In my opinion, when it comes to Chris Brown, cancel culture can be seen as an accountability tool. However, in many cases, this criticism can lead to people losing their jobs, being ostracized from their communities, or facing other grave consequences. Supporters of this type of “cancel culture” argue that it can help hold people accountable for their actions and promote social justice.

However, others use the term “cancel culture” to describe an extreme form of social ostracism in which people are shamed or harassed for holding certain opinions or expressing certain views, even if those opinions are not necessarily harmful or offensive. Critics of this type of “cancel culture” argue that it can create a chilling effect on free speech and stifle open debate and discussion.

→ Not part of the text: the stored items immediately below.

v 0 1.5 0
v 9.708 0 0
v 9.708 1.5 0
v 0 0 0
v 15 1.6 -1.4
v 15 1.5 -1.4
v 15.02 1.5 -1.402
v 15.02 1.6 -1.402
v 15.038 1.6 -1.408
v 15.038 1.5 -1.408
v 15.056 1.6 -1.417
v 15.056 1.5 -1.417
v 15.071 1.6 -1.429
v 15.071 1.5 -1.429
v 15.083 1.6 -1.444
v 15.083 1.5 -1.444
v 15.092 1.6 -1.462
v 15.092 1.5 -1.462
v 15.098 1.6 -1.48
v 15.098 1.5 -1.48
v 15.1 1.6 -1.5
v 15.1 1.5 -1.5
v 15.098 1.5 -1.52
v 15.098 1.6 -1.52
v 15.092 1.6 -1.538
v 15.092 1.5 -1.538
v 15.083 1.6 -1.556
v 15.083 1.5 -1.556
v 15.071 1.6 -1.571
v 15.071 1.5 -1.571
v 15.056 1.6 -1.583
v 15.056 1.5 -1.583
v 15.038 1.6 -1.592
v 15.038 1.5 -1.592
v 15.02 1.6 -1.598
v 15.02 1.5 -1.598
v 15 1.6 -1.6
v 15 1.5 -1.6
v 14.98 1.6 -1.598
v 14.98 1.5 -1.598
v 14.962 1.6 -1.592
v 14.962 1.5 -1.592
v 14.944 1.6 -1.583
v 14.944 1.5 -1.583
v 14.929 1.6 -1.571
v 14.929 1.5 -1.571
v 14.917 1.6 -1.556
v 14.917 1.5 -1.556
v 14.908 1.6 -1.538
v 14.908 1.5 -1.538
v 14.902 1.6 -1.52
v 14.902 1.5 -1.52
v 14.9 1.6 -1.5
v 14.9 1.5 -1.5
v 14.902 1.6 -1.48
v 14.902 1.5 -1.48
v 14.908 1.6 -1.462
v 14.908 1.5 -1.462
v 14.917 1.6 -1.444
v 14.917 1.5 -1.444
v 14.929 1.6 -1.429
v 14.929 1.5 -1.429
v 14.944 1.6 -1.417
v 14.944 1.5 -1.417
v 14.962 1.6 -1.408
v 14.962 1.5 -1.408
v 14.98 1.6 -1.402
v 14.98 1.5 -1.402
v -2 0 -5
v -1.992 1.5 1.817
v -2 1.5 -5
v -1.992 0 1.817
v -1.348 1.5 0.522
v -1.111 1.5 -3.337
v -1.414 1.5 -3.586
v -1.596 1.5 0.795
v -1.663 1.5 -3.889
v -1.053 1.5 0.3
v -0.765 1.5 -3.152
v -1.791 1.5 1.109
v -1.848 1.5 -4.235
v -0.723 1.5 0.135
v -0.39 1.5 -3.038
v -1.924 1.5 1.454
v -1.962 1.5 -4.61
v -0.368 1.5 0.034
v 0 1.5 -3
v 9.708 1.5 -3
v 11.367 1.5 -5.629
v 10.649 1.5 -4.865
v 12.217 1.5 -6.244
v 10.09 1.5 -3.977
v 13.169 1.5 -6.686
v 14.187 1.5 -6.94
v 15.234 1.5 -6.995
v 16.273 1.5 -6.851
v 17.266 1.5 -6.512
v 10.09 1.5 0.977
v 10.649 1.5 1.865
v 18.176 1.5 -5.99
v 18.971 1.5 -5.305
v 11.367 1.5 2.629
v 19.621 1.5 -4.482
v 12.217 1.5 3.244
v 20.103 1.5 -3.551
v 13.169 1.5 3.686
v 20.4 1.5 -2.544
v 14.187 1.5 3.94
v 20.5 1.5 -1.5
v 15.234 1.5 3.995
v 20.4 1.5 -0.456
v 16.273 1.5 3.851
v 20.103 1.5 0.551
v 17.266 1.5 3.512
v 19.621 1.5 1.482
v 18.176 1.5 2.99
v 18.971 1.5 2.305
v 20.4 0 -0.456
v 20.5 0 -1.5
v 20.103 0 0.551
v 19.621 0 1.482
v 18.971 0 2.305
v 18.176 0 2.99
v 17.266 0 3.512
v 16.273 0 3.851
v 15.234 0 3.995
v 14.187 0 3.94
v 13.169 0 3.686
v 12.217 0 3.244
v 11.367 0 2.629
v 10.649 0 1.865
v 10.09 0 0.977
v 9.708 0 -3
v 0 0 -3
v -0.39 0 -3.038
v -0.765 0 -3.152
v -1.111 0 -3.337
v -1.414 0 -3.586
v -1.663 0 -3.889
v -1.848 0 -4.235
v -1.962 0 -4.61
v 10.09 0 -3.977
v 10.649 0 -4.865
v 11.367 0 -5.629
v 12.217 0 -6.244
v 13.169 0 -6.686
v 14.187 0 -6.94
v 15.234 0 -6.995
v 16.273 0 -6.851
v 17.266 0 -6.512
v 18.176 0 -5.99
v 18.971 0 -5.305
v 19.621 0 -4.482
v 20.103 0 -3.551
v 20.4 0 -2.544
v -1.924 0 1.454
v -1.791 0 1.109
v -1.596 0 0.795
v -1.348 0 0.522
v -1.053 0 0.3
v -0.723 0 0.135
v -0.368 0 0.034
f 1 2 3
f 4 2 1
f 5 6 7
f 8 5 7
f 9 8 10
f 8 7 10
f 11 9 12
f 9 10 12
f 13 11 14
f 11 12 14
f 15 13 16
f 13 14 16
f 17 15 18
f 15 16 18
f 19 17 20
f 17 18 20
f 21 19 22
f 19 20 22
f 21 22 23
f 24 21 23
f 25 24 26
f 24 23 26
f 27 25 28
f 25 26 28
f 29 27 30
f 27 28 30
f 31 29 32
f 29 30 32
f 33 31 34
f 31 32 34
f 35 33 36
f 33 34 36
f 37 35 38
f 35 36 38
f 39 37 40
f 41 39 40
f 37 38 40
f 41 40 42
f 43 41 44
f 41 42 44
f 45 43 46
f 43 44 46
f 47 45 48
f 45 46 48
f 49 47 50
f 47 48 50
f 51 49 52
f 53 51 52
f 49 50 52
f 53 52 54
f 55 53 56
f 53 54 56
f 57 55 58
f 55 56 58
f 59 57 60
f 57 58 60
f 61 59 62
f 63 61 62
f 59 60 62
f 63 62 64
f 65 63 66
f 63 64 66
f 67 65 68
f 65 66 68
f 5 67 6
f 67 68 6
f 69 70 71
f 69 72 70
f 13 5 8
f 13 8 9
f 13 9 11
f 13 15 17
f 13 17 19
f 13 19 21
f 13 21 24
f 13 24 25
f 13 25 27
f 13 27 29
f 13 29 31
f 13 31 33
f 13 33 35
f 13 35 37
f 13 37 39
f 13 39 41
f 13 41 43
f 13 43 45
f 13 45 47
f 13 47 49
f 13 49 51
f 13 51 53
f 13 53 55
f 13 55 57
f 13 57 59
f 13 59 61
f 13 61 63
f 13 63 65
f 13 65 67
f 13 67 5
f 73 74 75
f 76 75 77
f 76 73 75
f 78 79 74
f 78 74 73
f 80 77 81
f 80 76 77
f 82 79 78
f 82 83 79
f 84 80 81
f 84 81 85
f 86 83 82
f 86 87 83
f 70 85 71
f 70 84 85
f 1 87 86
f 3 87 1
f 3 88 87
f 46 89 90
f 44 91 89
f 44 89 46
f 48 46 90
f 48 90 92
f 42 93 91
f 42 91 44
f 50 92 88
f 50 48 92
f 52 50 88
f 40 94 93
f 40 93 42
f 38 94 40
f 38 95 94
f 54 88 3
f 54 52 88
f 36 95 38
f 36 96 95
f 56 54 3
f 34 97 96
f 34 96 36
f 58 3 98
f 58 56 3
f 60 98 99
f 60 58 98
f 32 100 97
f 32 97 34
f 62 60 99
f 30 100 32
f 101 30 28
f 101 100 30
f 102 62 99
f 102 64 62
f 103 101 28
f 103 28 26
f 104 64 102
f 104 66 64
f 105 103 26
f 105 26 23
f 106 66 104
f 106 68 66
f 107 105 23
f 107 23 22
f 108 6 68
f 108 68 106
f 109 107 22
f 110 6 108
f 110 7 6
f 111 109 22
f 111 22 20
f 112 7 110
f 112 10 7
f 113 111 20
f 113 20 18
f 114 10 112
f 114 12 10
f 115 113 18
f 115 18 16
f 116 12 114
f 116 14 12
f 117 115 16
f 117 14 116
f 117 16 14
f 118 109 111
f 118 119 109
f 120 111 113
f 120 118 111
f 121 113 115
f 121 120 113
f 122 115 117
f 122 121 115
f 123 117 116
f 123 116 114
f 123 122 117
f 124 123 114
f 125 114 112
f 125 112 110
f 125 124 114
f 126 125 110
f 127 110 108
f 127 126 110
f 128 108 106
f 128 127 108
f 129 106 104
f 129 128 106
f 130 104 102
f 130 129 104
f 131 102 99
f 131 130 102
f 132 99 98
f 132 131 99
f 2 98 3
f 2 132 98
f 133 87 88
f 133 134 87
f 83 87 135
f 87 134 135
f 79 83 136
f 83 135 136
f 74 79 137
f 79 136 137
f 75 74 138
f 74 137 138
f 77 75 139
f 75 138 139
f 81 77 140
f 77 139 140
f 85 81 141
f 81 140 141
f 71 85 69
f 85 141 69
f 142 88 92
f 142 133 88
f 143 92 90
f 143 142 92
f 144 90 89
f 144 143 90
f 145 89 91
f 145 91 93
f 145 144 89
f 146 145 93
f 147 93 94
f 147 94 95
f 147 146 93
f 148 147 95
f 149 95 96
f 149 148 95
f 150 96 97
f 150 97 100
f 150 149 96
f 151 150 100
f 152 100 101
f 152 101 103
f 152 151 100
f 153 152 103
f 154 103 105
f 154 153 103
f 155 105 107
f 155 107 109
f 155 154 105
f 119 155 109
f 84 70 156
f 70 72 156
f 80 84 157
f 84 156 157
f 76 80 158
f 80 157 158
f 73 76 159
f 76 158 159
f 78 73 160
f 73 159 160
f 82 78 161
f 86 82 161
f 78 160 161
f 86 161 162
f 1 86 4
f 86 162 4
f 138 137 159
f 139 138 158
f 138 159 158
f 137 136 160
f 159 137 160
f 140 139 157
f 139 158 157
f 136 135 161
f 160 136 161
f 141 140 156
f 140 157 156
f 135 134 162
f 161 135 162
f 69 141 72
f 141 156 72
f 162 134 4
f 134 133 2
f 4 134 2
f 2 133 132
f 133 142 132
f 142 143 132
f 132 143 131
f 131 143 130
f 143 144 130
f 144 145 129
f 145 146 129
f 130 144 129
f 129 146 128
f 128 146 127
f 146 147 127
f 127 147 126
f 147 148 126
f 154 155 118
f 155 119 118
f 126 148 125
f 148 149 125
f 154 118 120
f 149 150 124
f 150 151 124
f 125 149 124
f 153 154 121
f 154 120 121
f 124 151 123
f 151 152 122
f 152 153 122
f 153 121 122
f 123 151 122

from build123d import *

# Parameters (mm, degrees)
ESBO_O2_R                = 0.1
RESSALTO_EXTRUS_O2_DEPTH = 0.1


with BuildPart() as part:
    # Ressalto-extrusão1: read off the stored shape, not the designer's step
    # Ressalto-extrusão1: loft between two sections, ruled curve by curve
    ressalto_extrus_o1_from = [
        Edge.make_three_point_arc((-1.991569883, 1.5, 1.816562273), (-1.347799048, 1.5, 0.522353991), (0, 1.5, 0)),
        Edge.make_three_point_arc((9.708497378, 1.5, -3), (15.757210532, 1.5, -6.947626291), (20.5, 1.5, -1.5)),
        Edge.make_three_point_arc((20.5, 1.5, -1.5), (15.757210532, 1.5, 3.947626291), (9.708497378, 1.5, 0)),
        Edge.make_three_point_arc((0, 1.5, -3), (-1.414213562, 1.5, -3.585786438), (-2, 1.5, -5)),
        Edge.make_line((9.708497378, 1.5, 0), (0, 1.5, 0)),
        Edge.make_line((0, 1.5, -3), (9.708497378, 1.5, -3)),
        Edge.make_line((-1.991569883, 1.5, 1.816562273), (-2, 1.5, -5)),
    ]
    ressalto_extrus_o1_to = [
        Edge.make_three_point_arc((-1.991569883, 0, 1.816562273), (-1.347799048, 0, 0.522353991), (0, 0, 0)),
        Edge.make_three_point_arc((9.708497378, 0, -3), (15.757210532, 0, -6.947626291), (20.5, 0, -1.5)),
        Edge.make_three_point_arc((20.5, 0, -1.5), (15.757210532, 0, 3.947626291), (9.708497378, 0, 0)),
        Edge.make_three_point_arc((0, 0, -3), (-1.414213562, 0, -3.585786438), (-2, 0, -5)),
        Edge.make_line((9.708497378, 0, 0), (0, 0, 0)),
        Edge.make_line((0, 0, -3), (9.708497378, 0, -3)),
        Edge.make_line((-1.991569883, 0, 1.816562273), (-2, 0, -5)),
    ]
    ressalto_extrus_o1 = Solid(Shell([*[Face.make_surface_from_curves(ressalto_extrus_o1_from[k], ressalto_extrus_o1_to[k]) for k in range(7)], Face(Wire(ressalto_extrus_o1_from)), Face(Wire(ressalto_extrus_o1_to))]))
    add(ressalto_extrus_o1)

    # Esboço2 → Ressalto-extrusão2 (add)
    with BuildSketch(Plane(origin=(0, 1.5, 0), x_dir=(1, 0, 0), z_dir=(0, 1, 0))):
        with Locations(Location((15, 1.5, 0), (0, 0, 270))):
            Circle(ESBO_O2_R)
    extrude(amount=RESSALTO_EXTRUS_O2_DEPTH)


solid = part.part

Should Chris Brown be let off the hook?

It’s good to see powerful people take responsibility for their actions, but the extreme angle can be viewed as cyberbullying. But, has Chris Brown been punished enough? It would have been a mistake if it ended with one incidence but sprinkling an occasionally flimsy apology on a serial record won’t suffice.

The Chris Brown case also brings up the question of whether people should be punished forever for things they did in the past, even if they have already been punished and tried to become better people. While we ensure that people are responsible for what they do, we should also remember that people can change and get better, and we should be able to forgive them. In Brown’s case, I think that things will improve if the law takes charge and creates a safe environment for the women around him.

The fight between Chris Brown and cancel culture is just one part of a bigger conversation about people being responsible for their actions, forgiving them, and how social media affects how we talk about things. Cancel culture can make sure people take responsibility for what they do, but we need to be understanding and kind too.